I recently finished reading W. Brian Arthur’s The Nature of Technology, which explores what technology is and how it evolves.
Evolves is an intentional word here; the concept is at the core of Arthur’s argument. Technology is not a passive thing which only grows in spurts of genius inspiration – it is a complex system which is continuously growing, changing, and – indeed – evolving.
Arthur writes that he means the term evolution literally – technology builds itself from itself, growing and improving through the novel combination of existing tools – but he is clear that the process of evolution does not imply that technology is alive.

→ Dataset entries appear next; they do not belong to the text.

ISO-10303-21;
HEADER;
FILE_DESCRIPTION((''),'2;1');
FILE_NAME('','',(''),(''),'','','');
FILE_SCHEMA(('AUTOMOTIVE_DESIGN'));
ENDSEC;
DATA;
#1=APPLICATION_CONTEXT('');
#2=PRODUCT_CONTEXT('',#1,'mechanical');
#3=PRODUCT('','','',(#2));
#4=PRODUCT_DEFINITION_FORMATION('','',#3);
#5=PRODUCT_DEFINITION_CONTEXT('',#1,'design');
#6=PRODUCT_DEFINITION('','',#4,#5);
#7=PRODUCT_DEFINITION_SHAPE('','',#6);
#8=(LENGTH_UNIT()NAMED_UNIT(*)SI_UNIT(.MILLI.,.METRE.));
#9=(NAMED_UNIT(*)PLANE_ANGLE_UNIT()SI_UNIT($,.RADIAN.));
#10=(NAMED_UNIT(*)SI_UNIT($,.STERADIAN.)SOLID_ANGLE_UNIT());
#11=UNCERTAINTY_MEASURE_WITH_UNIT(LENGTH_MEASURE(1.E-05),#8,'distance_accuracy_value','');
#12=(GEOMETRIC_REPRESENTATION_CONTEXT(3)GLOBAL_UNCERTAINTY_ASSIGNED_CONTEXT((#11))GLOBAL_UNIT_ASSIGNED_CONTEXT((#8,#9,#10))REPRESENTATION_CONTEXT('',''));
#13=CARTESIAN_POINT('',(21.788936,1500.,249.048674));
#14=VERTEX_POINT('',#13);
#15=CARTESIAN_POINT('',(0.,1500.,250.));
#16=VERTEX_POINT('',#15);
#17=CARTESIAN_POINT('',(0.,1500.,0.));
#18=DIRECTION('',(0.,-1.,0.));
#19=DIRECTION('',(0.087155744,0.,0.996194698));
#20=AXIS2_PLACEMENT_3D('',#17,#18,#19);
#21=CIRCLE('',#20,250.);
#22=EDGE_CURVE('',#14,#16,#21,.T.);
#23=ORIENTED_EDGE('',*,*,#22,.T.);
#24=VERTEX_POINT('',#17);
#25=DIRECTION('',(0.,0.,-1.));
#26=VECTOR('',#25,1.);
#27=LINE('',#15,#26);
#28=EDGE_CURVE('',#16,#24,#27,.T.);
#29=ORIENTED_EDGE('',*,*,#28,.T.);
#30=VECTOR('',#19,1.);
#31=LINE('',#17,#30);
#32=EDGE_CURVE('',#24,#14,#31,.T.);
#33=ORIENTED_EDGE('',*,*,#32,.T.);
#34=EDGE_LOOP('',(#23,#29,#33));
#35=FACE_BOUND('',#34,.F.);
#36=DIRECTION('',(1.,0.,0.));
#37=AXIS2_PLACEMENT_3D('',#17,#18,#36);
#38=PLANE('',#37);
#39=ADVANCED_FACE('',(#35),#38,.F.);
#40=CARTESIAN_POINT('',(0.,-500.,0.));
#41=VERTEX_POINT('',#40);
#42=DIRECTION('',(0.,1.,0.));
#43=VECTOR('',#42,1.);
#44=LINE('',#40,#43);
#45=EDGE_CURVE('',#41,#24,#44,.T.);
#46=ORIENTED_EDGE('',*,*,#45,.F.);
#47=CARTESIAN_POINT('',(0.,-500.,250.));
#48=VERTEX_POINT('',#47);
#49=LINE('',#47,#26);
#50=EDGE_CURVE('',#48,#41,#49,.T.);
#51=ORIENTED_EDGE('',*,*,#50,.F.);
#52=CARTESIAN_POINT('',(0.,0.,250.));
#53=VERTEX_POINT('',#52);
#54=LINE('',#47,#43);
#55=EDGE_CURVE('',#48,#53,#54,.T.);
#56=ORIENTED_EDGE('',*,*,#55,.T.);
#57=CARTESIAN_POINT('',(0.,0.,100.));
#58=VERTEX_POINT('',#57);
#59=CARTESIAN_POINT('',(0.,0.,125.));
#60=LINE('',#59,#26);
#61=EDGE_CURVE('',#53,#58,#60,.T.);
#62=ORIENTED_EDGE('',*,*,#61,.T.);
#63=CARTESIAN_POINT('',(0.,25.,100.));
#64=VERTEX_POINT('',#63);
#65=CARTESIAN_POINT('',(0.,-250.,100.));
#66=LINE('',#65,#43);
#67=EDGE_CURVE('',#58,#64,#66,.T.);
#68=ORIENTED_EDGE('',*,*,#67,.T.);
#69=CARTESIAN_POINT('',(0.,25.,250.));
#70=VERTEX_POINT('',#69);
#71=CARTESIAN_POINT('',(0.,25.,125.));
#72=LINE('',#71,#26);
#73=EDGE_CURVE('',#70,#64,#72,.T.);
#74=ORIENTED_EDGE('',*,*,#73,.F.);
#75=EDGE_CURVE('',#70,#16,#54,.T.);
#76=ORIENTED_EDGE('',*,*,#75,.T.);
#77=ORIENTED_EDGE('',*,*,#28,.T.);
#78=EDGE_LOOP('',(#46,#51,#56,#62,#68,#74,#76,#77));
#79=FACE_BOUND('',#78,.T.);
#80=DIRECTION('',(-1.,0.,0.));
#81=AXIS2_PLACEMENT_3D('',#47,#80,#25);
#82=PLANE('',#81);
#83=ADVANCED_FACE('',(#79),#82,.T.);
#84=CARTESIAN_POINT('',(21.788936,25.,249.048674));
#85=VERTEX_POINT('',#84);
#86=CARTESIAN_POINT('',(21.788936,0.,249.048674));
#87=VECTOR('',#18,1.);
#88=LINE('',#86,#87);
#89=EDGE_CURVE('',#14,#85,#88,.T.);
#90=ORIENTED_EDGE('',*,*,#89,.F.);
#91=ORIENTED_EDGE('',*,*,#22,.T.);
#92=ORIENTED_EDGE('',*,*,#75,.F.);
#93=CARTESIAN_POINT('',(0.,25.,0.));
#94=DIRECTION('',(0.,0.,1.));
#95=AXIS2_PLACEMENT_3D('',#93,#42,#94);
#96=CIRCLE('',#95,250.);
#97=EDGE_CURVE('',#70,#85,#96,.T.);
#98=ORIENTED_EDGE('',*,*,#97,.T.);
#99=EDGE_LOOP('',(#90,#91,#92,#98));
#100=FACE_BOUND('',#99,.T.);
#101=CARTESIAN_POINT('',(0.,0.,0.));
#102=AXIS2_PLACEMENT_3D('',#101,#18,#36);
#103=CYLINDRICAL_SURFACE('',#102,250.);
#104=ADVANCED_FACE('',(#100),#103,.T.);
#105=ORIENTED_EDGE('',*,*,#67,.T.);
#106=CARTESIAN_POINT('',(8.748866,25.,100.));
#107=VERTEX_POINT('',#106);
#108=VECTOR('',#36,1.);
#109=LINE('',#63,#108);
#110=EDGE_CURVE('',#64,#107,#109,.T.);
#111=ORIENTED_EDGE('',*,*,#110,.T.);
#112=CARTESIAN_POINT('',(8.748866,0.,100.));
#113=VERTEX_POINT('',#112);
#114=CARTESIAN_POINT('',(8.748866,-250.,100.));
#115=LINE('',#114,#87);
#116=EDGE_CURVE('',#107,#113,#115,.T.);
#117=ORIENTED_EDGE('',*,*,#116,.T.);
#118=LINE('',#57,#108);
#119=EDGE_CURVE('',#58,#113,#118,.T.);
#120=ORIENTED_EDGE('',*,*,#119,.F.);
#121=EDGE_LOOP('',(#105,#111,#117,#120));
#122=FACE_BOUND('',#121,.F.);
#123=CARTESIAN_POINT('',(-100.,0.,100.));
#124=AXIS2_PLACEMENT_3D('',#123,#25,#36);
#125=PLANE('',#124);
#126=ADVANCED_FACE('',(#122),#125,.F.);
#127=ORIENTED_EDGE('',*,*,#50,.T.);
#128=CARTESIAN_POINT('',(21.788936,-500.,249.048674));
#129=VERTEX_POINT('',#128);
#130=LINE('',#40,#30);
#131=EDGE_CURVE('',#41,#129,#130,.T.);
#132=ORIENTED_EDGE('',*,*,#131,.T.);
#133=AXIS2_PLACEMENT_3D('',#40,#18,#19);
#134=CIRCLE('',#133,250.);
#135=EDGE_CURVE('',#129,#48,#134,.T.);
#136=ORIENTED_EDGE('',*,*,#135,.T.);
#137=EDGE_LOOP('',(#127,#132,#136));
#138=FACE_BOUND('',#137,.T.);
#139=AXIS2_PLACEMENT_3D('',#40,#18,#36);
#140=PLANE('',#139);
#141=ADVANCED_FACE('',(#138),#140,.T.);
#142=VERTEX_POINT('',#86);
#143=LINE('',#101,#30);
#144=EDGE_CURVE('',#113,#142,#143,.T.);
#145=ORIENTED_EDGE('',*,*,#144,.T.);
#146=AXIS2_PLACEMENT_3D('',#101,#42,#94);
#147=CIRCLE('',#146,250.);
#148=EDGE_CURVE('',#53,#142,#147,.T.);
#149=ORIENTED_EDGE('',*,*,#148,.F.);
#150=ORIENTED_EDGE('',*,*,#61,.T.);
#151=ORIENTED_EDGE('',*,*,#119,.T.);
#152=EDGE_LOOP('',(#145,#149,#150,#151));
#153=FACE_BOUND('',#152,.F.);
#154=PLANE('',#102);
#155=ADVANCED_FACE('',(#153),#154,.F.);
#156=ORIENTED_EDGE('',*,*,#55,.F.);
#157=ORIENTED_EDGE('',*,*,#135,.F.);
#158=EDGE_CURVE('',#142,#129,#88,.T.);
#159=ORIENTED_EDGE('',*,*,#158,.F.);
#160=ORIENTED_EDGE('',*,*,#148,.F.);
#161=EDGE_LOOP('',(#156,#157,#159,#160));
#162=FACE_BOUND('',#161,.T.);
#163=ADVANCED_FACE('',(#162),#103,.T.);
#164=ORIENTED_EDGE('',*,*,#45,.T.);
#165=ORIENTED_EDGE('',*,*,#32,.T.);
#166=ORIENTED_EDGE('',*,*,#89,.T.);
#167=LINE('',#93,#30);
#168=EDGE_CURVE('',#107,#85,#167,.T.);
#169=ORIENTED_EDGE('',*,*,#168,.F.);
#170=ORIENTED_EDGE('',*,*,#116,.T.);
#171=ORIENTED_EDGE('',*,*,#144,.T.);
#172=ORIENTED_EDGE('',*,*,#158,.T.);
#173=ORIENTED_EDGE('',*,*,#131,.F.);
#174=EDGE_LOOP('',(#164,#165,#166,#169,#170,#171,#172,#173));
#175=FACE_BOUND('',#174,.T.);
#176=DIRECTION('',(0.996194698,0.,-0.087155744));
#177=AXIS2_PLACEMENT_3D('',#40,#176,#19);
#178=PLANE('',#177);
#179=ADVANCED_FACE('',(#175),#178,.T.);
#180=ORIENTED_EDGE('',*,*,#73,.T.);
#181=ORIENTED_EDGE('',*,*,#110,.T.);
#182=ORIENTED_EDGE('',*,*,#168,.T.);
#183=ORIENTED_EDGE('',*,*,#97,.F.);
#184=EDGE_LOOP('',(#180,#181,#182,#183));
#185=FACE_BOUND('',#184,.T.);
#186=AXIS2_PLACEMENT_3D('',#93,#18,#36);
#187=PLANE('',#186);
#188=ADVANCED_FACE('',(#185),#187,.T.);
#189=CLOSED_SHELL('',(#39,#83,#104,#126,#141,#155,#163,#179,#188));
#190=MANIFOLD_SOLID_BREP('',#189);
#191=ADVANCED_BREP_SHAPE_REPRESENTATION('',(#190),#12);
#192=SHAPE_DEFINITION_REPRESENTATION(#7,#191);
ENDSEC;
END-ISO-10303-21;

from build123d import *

# Parameters (mm, degrees)
F0_R     = 250
F2_DEPTH = 500
F1_R     = 250
F1_W     = 200
F1_H     = 200
F3_DEPTH = 1500
F1_W_2   = 959.411026
F1_H_2   = 659
F4_DEPTH = 25
F6_DEPTH = 2000


with BuildPart() as f2:
    # F0 (on Front) → F2 (new body)
    with BuildSketch(Plane.XZ):
        Circle(F0_R)
    extrude(amount=F2_DEPTH)

    # F1 (on face) → F3 (join)
    with BuildSketch(Plane.XZ):
        Circle(F1_R)
        Rectangle(F1_W, F1_H, mode=Mode.SUBTRACT)
        Rectangle(F1_W, F1_H)
    extrude(amount=-F3_DEPTH)

    # F1 (on face) → F4 (cut)
    with BuildSketch(Plane.XZ):
        Rectangle(F1_W_2, F1_H_2)
        Rectangle(F1_W, F1_H, mode=Mode.SUBTRACT)
    extrude(amount=-F4_DEPTH, mode=Mode.SUBTRACT)

    # F5 (on face) → F6 (intersect)
    with BuildSketch(Plane.XZ.offset(500)):
        with BuildLine():
            Line((0, 250), (0, 0))
            Line((0, 0), (21.788936, 249.048675))
            ThreePointArc((21.788936, 249.048675), (10.904847, 249.762055), (0, 250))
        make_face()
    extrude(amount=-F6_DEPTH, mode=Mode.INTERSECT)


solid = f2.part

“…To say that technology creates itself does not imply it has any consciousness, or that it uses humans somehow in some sinister way for its own purposes,” he writes. “The collective of technology builds itself from itself with the agency of human inventors and developers much as a coral reef builds itself from the activities of small organisms.”
Borrowing from Humberto Maturana and Fransisco Varela, Arthur describes this process as autopoiesis, self-creating.
This is a bold claim.
To consider technology as self-creating changes our relationship with the phenomenon. It is not some disparate set of tools which occasionally benefits from the contributions of our best thinkers; it is a growing body of interconnected skills and knowledge which can be infinitely combined and recombined into increasingly complex approaches.
The idea may also be surprising. An iPhone 6 may clearly have evolved from an earlier model, which in turn may owe its heritage to previous computer technology – but what relationship does a modern cell phone have with our earliest tools of rocks and fire?
In Arthur’s reckoning, with a complete inventory of technological innovations one could fully reconstruct a technological evolutionary tree – showing just how each innovation emerged by connecting its predecessors.
This concept may seem odd, but Arthur makes a compelling case for it – outlining several examples of engineering problem solving which essentially boil down to applying existing solutions to novel problems.
Furthermore, Arthur explains that this technological innovation doesn’t occur in a vacuum – not only does it require the constant input of human agency, it grows from humanity’s continual “capturing” of physical phenomena.
“At the very start of technological time, we directly picked up and used phenomena: the heat of fire, the sharpness of flaked obsidian, the momentum of a stone in motion. All that we have achieved since comes from harnessing these and other phenomena, and combining the pieces that result,” Arthur argues.
Through this process of exploring our environment and iteratively using the tools we discover to further explore our environment, technology evolves and builds on itself.
Arthur concludes that “this account of the self-creation of technology should give us a different feeling about technology.” He explains:
“We begin to get a feeling of ancestry, of a vast body of things that give rise to things, of things that add to the collection and disappear from it. The process by which this happens is neither uniform not smooth; it shows bursts of accretion and avalanches of replacement. It continually explores into the unknown, continually uncovers novel phenomena, continually creates novelty. And it is organic: the new layers form on top of the old, and creations and replacements overlap in time. In its collective sense, technology is not nearly a catalog of individual parts. It is a metabolic chemistry, an almost limitless collective of entities that interact to produce new entities – and further needs. And we should not forget that needs drive the evolution of technology every bit as much as the possibilities for fresh combination and the unearthing of phenomena. Without the presence of unmet needs, nothing novel would appear in technology.”
In the end, I suppose we should not be surprised by the idea of technology’s evolution. It is a human-generated system; as complex and dynamic as any social system. It is vast, ever-changing, and at times unpredictable – but ultimately, at its core, technology is very human.